O livro que passo a comentar é fruto de uma minuciosíssima "pesquisa de comunidade". Investiga o dia a dia de um pequeno povoado inglês chamado Winston Parva (nome fictício). O estudo, aparentemente despretensioso, está revolucionando os rumos da teoria social inglesa contemporânea (como estamos longe das grandes teorias!). Tem um notável respiro teórico[1], exatamente no tocante ao tema que nos ocupa aqui: o das desigualdades sociais verdadeiras ou presumidas e das relações microssociais de poder dela decorrentes. Ao lê-lo com mais atenção tive a certeza de que este é um livro que vai ter influência teórica e prática sobre a psicossociologia do futuro. Ele tem muito a dizer a quem se interessa pelas Ciências da Religião, seja ele cientista social, teólogo ou psicólogo. Tanto é assim que Elias e Scotson me serviram como referência para minha palestra aos biblistas e todos perceberam a importância de estudos daquela natureza para a compreensão do mundo religioso característico das comunidades judaicas e cristãs do início da era cristã. A partir das inúmeras dicas que a análise de Winston Parva fornece, o público especializado que compareceu ao Seminário do CEBI foi capaz de apontar para vários aspectos relevantes que lhe escapavam em sua anterior leitura sociológica de vários episódios narrados na Bíblia. Mas, o assunto aqui não é esse do interesse pluridisciplinar da pesquisa ou das aproximações possíveis entre as comunidades da Palestina do tempo de Jesus e as de um lugarejo como Winston Parva, tão igual a tantas outras pequenas aldeias da Inglaterra moderna. O que quero é quero apresentar brevemente aos leitores de "REVER: Revista Eletrônica de Ciências da Religião" esse livro original e criativo.

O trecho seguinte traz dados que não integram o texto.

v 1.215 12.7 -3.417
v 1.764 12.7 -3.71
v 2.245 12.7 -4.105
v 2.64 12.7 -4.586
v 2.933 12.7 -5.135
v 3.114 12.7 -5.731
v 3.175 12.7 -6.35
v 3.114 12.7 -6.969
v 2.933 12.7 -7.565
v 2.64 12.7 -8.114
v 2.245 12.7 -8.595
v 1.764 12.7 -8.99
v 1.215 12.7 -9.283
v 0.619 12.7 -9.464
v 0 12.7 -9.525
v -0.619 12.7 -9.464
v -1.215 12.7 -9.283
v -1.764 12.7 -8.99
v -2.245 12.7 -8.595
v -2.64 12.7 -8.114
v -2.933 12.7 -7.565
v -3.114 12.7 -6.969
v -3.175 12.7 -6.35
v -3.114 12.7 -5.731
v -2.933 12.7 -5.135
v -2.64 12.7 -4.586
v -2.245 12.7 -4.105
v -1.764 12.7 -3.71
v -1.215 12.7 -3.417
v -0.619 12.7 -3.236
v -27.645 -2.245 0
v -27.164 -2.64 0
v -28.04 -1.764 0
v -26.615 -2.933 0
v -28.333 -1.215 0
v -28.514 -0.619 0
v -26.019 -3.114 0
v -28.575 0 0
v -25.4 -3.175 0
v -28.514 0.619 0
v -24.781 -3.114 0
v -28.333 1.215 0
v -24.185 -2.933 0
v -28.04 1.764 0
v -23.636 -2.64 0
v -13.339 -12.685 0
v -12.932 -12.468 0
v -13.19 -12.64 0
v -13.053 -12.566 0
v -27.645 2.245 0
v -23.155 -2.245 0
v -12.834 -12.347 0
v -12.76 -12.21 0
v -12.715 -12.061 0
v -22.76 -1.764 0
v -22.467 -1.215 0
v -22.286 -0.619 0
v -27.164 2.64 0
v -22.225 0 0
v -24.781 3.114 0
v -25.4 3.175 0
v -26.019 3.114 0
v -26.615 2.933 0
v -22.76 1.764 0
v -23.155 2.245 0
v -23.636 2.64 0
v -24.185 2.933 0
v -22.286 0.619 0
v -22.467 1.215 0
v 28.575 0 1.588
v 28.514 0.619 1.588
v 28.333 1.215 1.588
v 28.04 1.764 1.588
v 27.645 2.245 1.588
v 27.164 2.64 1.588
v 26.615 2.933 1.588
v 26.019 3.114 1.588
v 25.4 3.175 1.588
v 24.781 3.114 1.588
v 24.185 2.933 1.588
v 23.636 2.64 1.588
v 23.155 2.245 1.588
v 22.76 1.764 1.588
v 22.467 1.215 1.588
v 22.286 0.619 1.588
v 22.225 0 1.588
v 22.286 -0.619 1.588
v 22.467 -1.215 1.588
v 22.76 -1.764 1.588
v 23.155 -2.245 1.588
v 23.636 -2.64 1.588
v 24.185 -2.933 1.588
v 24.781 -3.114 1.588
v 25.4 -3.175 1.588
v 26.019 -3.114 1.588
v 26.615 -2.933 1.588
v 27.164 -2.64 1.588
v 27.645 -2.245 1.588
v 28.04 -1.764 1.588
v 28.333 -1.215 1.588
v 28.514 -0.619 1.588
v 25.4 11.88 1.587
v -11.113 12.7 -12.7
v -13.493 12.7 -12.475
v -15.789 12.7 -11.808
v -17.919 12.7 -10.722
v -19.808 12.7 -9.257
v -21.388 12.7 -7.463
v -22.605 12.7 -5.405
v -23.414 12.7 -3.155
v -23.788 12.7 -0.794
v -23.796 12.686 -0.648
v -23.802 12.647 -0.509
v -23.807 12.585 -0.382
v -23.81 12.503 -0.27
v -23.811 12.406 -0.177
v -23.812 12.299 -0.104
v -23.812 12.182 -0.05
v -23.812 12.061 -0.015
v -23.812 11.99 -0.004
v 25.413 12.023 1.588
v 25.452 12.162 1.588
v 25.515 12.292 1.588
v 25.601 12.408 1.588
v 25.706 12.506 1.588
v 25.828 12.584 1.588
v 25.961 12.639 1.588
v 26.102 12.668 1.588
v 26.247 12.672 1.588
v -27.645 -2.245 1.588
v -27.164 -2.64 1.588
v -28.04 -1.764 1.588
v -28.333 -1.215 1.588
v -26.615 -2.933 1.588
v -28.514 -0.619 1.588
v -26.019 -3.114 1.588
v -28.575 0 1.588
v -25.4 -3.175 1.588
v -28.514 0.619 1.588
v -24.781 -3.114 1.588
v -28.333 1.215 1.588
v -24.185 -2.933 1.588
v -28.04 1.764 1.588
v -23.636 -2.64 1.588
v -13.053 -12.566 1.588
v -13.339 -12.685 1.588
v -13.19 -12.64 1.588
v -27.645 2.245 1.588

O título do livro nos dá uma idéia precisa de seu conteúdo. Trata-se de ver como o grupo "estabelecido" na aldeia havia mais tempo se relacionava com o grupo dos que chegaram mais tarde e eram vistos pelos antigos moradores do lugar como "outsiders", isto é, como gente de fora e, por essa razão, sem direitos de plena cidadania na vida local.

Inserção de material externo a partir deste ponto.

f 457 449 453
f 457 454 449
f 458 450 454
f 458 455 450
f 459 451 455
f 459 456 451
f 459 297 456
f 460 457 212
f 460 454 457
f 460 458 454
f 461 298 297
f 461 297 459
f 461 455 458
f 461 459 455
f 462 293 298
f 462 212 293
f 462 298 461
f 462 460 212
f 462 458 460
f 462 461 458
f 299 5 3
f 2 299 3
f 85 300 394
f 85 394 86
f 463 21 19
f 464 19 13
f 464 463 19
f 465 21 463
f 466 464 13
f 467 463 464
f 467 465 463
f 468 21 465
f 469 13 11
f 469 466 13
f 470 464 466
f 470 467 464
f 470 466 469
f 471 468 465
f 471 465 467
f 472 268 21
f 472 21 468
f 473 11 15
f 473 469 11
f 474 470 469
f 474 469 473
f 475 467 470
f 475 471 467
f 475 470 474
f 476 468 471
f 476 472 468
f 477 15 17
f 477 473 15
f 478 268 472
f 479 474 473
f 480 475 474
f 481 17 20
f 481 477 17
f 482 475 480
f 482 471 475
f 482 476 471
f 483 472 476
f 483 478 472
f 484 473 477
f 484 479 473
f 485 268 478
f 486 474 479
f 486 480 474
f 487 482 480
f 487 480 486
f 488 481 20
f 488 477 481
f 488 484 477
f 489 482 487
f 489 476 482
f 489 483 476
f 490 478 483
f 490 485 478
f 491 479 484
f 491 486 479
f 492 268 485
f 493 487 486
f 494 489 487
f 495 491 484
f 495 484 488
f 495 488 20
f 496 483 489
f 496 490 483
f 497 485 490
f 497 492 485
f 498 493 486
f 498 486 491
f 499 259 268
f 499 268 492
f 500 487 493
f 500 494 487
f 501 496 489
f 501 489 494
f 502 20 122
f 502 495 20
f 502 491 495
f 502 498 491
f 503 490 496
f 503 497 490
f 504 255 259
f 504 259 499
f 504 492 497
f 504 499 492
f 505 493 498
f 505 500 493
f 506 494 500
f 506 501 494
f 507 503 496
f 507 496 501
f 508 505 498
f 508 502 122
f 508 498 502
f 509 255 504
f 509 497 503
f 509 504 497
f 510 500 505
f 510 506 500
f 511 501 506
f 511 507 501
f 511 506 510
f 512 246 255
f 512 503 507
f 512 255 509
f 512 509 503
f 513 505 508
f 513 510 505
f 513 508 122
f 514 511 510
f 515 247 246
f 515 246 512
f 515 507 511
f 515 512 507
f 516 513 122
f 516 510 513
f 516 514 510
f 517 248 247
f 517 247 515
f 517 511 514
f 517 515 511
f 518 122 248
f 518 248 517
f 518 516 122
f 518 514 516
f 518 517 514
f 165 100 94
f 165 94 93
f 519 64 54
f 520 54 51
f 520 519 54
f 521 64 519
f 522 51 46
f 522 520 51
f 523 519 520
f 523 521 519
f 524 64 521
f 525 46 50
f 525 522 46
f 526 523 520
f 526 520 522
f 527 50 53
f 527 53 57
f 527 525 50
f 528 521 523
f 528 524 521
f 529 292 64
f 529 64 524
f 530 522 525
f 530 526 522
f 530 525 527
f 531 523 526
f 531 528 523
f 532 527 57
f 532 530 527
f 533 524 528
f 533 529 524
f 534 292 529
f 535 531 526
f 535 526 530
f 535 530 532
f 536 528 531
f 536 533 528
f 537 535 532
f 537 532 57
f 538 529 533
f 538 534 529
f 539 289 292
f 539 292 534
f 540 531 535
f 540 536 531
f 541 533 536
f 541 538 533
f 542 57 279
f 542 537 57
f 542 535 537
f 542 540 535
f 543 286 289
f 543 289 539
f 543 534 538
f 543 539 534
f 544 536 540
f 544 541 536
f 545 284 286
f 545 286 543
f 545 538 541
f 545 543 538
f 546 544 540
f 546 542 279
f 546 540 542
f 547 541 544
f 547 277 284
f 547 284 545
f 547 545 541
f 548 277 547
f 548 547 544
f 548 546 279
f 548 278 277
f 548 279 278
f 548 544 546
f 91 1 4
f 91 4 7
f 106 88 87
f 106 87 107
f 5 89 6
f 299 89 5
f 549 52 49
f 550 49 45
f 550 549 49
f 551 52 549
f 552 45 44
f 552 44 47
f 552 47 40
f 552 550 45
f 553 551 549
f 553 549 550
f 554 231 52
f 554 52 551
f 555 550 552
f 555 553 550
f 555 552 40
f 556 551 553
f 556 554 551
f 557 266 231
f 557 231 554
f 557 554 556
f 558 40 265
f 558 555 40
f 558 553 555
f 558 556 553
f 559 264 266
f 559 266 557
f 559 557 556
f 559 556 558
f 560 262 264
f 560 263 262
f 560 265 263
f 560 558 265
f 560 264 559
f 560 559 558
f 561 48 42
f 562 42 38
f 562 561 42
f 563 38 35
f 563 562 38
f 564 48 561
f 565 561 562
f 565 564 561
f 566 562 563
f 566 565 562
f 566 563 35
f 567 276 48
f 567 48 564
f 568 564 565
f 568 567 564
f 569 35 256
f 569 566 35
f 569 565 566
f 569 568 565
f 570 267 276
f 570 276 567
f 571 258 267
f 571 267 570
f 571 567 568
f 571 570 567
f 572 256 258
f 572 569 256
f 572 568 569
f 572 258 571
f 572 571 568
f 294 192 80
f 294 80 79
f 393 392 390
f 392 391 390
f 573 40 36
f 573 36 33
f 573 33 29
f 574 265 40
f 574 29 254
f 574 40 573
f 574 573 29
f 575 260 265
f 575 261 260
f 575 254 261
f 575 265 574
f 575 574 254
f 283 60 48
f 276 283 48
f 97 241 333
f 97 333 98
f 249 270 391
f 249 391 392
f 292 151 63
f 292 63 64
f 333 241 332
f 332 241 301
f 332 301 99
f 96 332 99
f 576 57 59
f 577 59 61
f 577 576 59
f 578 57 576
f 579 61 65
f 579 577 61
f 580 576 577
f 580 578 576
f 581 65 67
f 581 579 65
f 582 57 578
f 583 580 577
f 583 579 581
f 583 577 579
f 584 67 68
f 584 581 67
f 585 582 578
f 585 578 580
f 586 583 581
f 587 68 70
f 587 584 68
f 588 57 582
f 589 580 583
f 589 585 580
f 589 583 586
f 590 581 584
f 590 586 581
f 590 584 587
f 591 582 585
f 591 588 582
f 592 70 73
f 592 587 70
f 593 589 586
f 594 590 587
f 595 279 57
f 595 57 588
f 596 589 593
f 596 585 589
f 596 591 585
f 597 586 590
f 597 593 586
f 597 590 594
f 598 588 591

O objetivo primeiro da investigação de Elias era o de estudar o jogo de poder que as relações cotidianas entre os dois grupos escondia. Os dois segmentos viviam às turras, cada um sentindo-se e julgando-se diferente do outro. O segmento "estabelecido" contava já três gerações de ascendentes e se julgava senhor de direitos especiais. Tinha dificuldades em aceitar o segundo grupo que chegara à região em uma fase recente da industrialização. Mesmo após um bom número de anos esse grupo continuava sendo visto e tratado pelos primeiros -- os "da terra" -- como sendo estrangeiro e intruso. Como resultado desse tipo de atitudes preconceituosas existiam no lugarejo desigualdades marcantes que de modo algum podiam ser atribuídas aos indicadores que a sociologia costuma usar para explicar as desigualdades e as disputas entre grupos e indivíduos. Os dois pesquisadores sentiram logo que essas não eram explicáveis a partir dos indicadores usualmente vistos como elucidativos das relações em comunidades comunidades daquele nível sócio-econômico e cultural.

Sergio Micelli[2], sociólogo da USP, faz um bom resumo do que acontecia ao dizer que "embora Winston Parva fosse uma comunidade relativamente homogênea segundo indicadores sociológicos correntes – renda, educação, ocupação, religião, língua e nacionalidade, ascendência "étnica" ou "racial"—sua população estava cindida entre, de um lado, o grupo residente no bairro denominado "aldeia", que se enxergava e era reconhecido pelos demais como o ‘establishment’ local e, de outro, as famílias moradoras no relegado "loteamento", que se viam e eram considerados como ‘outsiders’ (forasteiros). A despeito de serem uns e outros trabalhadores, portanto pertencentes à mesma classe social, os primeiros justificavam sua "superioridade" e poder com base num princípio de antigüidade, pois estavam aí instalados havia duas ou três gerações, enquanto os demais eram recém-chegados à comunidade"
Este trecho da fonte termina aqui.